What color you need?


----------



## bridrive55 (Aug 26, 2004)

It's a polyurethane bumper... Whip out the Bondo and start kicking some ass!


----------



## clinton96001 (Jan 6, 2005)

*question*



kaptainkrollio said:


> What color you need?




ill take any color, my car is red but... as long as it is an 89-94 i dont care what color as long is it is not all broke up and dented


----------



## bridrive55 (Aug 26, 2004)

clinton96001 said:


> ill take any color, my car is red but... as long as it is an 89-94 i dont care what color as long is it is not all broke up and dented


How bad is your bumper right now? It's possible to rebuild vast, vast portions of the bumper with fiberglass sheet and body filler. I used an ultra lite-weight fiberglass filler with fiberglass backing sheet, and the finish was utterly superior. I'd recommend repair. It'll cost you $30, much cheaper than a new bumper would, and it'll end up looking better. It's better to take care of the parts your car was mated with when it rolled off of the factory line on its birthday. OE parts are special.
I shouldn't talk, my car is less than 50% OE.


----------



## kaptainkrollio (Jul 29, 2003)

I have one red from an 89 in Los Angeles. Make an offer.


----------



## clinton96001 (Jan 6, 2005)

kaptainkrollio said:


> I have one red from an 89 in Los Angeles. Make an offer.




i dont know im broke and how much do you think shipping would be were like 10 hrs away from each other..... but how much do you want for it i want it.

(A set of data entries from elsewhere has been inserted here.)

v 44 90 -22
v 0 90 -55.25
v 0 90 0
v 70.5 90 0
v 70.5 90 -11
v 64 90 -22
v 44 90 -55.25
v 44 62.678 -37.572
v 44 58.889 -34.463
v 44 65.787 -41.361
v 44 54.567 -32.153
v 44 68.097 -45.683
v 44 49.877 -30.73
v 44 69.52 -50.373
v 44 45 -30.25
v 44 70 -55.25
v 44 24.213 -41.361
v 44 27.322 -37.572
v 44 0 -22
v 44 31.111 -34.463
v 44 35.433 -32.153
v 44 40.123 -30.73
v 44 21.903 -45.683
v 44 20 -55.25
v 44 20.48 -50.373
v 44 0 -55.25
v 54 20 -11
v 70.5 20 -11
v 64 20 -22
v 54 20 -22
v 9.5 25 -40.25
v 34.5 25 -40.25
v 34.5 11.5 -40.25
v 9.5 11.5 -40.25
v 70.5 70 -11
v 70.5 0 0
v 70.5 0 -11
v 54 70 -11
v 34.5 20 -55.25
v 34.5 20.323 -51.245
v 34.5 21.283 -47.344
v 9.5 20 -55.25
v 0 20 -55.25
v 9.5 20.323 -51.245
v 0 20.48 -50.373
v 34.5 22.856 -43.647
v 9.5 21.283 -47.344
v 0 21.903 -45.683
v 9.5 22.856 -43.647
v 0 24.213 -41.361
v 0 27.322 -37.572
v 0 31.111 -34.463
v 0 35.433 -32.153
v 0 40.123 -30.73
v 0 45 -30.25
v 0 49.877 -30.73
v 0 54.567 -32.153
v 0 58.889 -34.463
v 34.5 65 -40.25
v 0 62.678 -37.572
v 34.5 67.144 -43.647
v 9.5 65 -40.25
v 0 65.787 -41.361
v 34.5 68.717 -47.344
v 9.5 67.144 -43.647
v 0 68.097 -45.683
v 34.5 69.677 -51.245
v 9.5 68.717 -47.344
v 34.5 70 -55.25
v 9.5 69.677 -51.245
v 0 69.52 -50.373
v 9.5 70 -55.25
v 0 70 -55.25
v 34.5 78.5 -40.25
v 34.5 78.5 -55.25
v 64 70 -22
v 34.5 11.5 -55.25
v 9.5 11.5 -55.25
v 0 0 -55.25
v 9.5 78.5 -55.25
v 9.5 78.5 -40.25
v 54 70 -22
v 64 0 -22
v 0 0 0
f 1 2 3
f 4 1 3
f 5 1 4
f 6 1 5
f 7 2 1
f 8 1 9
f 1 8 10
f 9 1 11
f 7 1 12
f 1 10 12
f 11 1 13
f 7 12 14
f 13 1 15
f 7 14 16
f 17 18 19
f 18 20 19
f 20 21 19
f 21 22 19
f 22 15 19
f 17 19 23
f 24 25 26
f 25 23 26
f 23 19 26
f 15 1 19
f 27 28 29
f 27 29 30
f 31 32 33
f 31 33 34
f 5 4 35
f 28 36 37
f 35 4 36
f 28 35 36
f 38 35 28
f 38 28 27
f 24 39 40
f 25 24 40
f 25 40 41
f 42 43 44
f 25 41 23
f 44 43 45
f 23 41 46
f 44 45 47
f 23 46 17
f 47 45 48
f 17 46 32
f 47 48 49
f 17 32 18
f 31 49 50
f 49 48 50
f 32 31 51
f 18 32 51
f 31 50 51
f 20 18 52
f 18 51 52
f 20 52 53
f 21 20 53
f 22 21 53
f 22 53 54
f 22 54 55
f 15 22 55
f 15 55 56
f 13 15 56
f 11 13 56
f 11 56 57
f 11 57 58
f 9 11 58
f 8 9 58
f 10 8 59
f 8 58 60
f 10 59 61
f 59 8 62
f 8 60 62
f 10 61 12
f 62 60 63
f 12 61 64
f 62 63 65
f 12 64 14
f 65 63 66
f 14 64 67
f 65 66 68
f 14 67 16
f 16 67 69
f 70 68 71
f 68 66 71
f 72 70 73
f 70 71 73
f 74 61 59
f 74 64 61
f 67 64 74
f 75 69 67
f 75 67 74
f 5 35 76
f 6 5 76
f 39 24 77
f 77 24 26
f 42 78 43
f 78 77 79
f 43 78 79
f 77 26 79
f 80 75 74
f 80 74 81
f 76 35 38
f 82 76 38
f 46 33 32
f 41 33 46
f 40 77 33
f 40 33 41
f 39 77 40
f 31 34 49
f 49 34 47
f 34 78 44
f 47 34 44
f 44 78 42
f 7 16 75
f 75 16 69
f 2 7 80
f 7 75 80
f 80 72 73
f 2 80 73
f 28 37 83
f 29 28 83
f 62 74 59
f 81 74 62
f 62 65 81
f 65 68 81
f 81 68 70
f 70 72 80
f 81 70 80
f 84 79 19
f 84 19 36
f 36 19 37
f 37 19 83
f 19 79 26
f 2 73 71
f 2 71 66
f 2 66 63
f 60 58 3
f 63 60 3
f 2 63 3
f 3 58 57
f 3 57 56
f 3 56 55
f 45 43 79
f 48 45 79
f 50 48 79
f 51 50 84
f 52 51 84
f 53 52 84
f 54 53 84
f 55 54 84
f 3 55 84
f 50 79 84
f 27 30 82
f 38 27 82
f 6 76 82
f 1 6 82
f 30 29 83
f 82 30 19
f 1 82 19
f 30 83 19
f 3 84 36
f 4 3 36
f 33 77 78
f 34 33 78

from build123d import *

# Parameters (mm, degrees)
BOSS_EXTRUDE1_DEPTH     = 90
CUT_EXTRUDE6_DEPTH      = 115.405255561
CUT_EXTRUDE6_DEPTH_BACK = 44
SKETCH8_W               = 25
SKETCH8_H               = 15
CUT_EXTRUDE9_DEPTH      = 15
SKETCH13_W              = 16.5
SKETCH13_H              = 50
CUT_EXTRUDE18_DEPTH     = 11


with BuildPart() as part:
    # Sketch1 → Boss-Extrude1 (new body)
    with BuildSketch(Plane(origin=(0, 0, 0), x_dir=(1, 0, 0), z_dir=(0, 1, 0))):
        Polygon((0, 0), (70.5, 0), (70.5, 11), (64, 22), (44, 22), (44, 55.25), (0, 55.25), align=None)
    extrude(amount=BOSS_EXTRUDE1_DEPTH)

    # Sketch7 → Cut-Extrude6 (cut, two sides: drawn at the far end of the back side and taken through both)
    with BuildSketch(Plane(origin=(44, 0, 0), x_dir=(0, 0, -1), z_dir=(1, 0, 0)).offset(-CUT_EXTRUDE6_DEPTH_BACK)):
        with BuildLine():
            Line((243.604282259, 20), (55.25, 20))
            ThreePointArc((55.25, 20), (30.25, 45), (55.25, 70))
            Line((55.25, 70), (243.604282259, 70))
            Line((243.604282259, 70), (620.312846776, 70))
            Line((620.312846776, 70), (620.312846776, 20))
            Line((620.312846776, 20), (243.604282259, 20))
        make_face()
    extrude(amount=CUT_EXTRUDE6_DEPTH + CUT_EXTRUDE6_DEPTH_BACK, mode=Mode.SUBTRACT)

    # Sketch8 → Cut-Extrude9 (cut)
    with BuildSketch(Plane(origin=(0, 0, -55.25), x_dir=(-1, 0, 0), z_dir=(0, 0, -1))):
        with Locations((-22, 71)):
            Rectangle(SKETCH8_W, SKETCH8_H)
        with Locations((-22, 19)):
            Rectangle(SKETCH8_W, SKETCH8_H)
    extrude(amount=-CUT_EXTRUDE9_DEPTH, mode=Mode.SUBTRACT)

    # Sketch13 → Cut-Extrude18 (cut)
    with BuildSketch(Plane(origin=(0, 0, -22), x_dir=(-1, 0, 0), z_dir=(0, 0, -1))):
        with Locations((-62.25, 45)):
            Rectangle(SKETCH13_W, SKETCH13_H)
    extrude(amount=-CUT_EXTRUDE18_DEPTH, mode=Mode.SUBTRACT)


solid = part.part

and for everybody else my bumper is past fixing the guy ran it into like a tree or something just messed up the bumper not the frame


----------



## DaCheat (Nov 4, 2004)

clinton96001 said:


> i dont know im broke and how much do you think shipping would be were like 10 hrs away from each other..... but how much do you want for it i want it.
> 
> 
> and for everybody else my bumper is past fixing the guy ran it into like a tree or something just messed up the bumper not the frame


HaHaHa!
Tree! He's lucky that's the only damage that was sustained!
Your should get the frame and the front end checked before you say it is not damaged!


----------



## clinton96001 (Jan 6, 2005)

DaCheat said:


> HaHaHa!
> Tree! He's lucky that's the only damage that was sustained!
> Your should get the frame and the front end checked before you say it is not damaged!



he was only goin like 15 when he hit it..... but my moms boyfriend friend checked it all out before i bought it and assured me the frame wasnt bent ( he does body and frame work for a living) so i got really lucky


----------



## Dustin (Dec 14, 2003)

well, 15 can still bend a frame, but if theres no damage, just get a new bumper, but definately go to a scrap yard first.


----------



## clinton96001 (Jan 6, 2005)

KaRdoN said:


> well, 15 can still bend a frame, but if theres no damage, just get a new bumper, but definately go to a scrap yard first.



ya i checked out all of the junk yards they dont have any 240s are pretty rare up here every once in a great while you will see one driving around.... but im talkin to a guy on here who has a bumper he will sell me so im more then likely gonna buy it.... im very interested... then all ill need to do is have my moms boyfreind check out my back brakes and see what is wrong with them.... and then find out how to disconnect my driver side seat belt cause it only goes forward it doesnt come back where it is suppose to... then my car will be perfect..... this is my first car.... and i dont get my license tell this summer, i have my permit now so i drive with my mom and my sister right now


----------



## DaCheat (Nov 4, 2004)

clinton96001 said:


> ya i checked out all of the junk yards they dont have any 240s are pretty rare up here every once in a great while you will see one driving around.... but im talkin to a guy on here who has a bumper he will sell me so im more then likely gonna buy it.... im very interested... then all ill need to do is have my moms boyfreind check out my back brakes and see what is wrong with them.... and then find out how to disconnect my driver side seat belt cause it only goes forward it doesnt come back where it is suppose to... then my car will be perfect..... this is my first car.... and i dont get my license tell this summer, i have my permit now so i drive with my mom and my sister right now


Welcome to the 240 Team man!
I hate the electric seatbelts, I am so Glad I am from Canada, those seatbelts were considered unsafe and very few cars were appproved to use them around here, so I'm lucky and got the ones that roll up behind the panel, they are quite similar to the System the rear seatbelts have.
You might want to look into removing the electric units all together, they are very heavy, pick up a set of canadian Inner panels and seatbelt system!


----------



## DaCheat (Nov 4, 2004)

KaRdoN said:


> well, 15 can still bend a frame, but if theres no damage, just get a new bumper, but definately go to a scrap yard first.


You might want to look into an aftermarket front bumper, there are many options out there, and if you plan on modding the car at all nice clean subtle Body Mod's are the way to go with 240's! They can look so nice!


----------



## Dustin (Dec 14, 2003)

DaCheat said:


> You might want to look into an aftermarket front bumper, there are many options out there, and if you plan on modding the car at all nice clean subtle Body Mod's are the way to go with 240's! They can look so nice!


but then you need skirts and a rear to make it look complete.


----------



## kaptainkrollio (Jul 29, 2003)

There should be lifetime warranty on the seatbelts. Call the local dealer and see what they can do.


----------



## DaCheat (Nov 4, 2004)

KaRdoN said:


> but then you need skirts and a rear to make it look complete.


Amen for Stock Side Skirts and Rear Bumber Skirts!
Gotta Love The Canadian HICAS Package :thumbup:


----------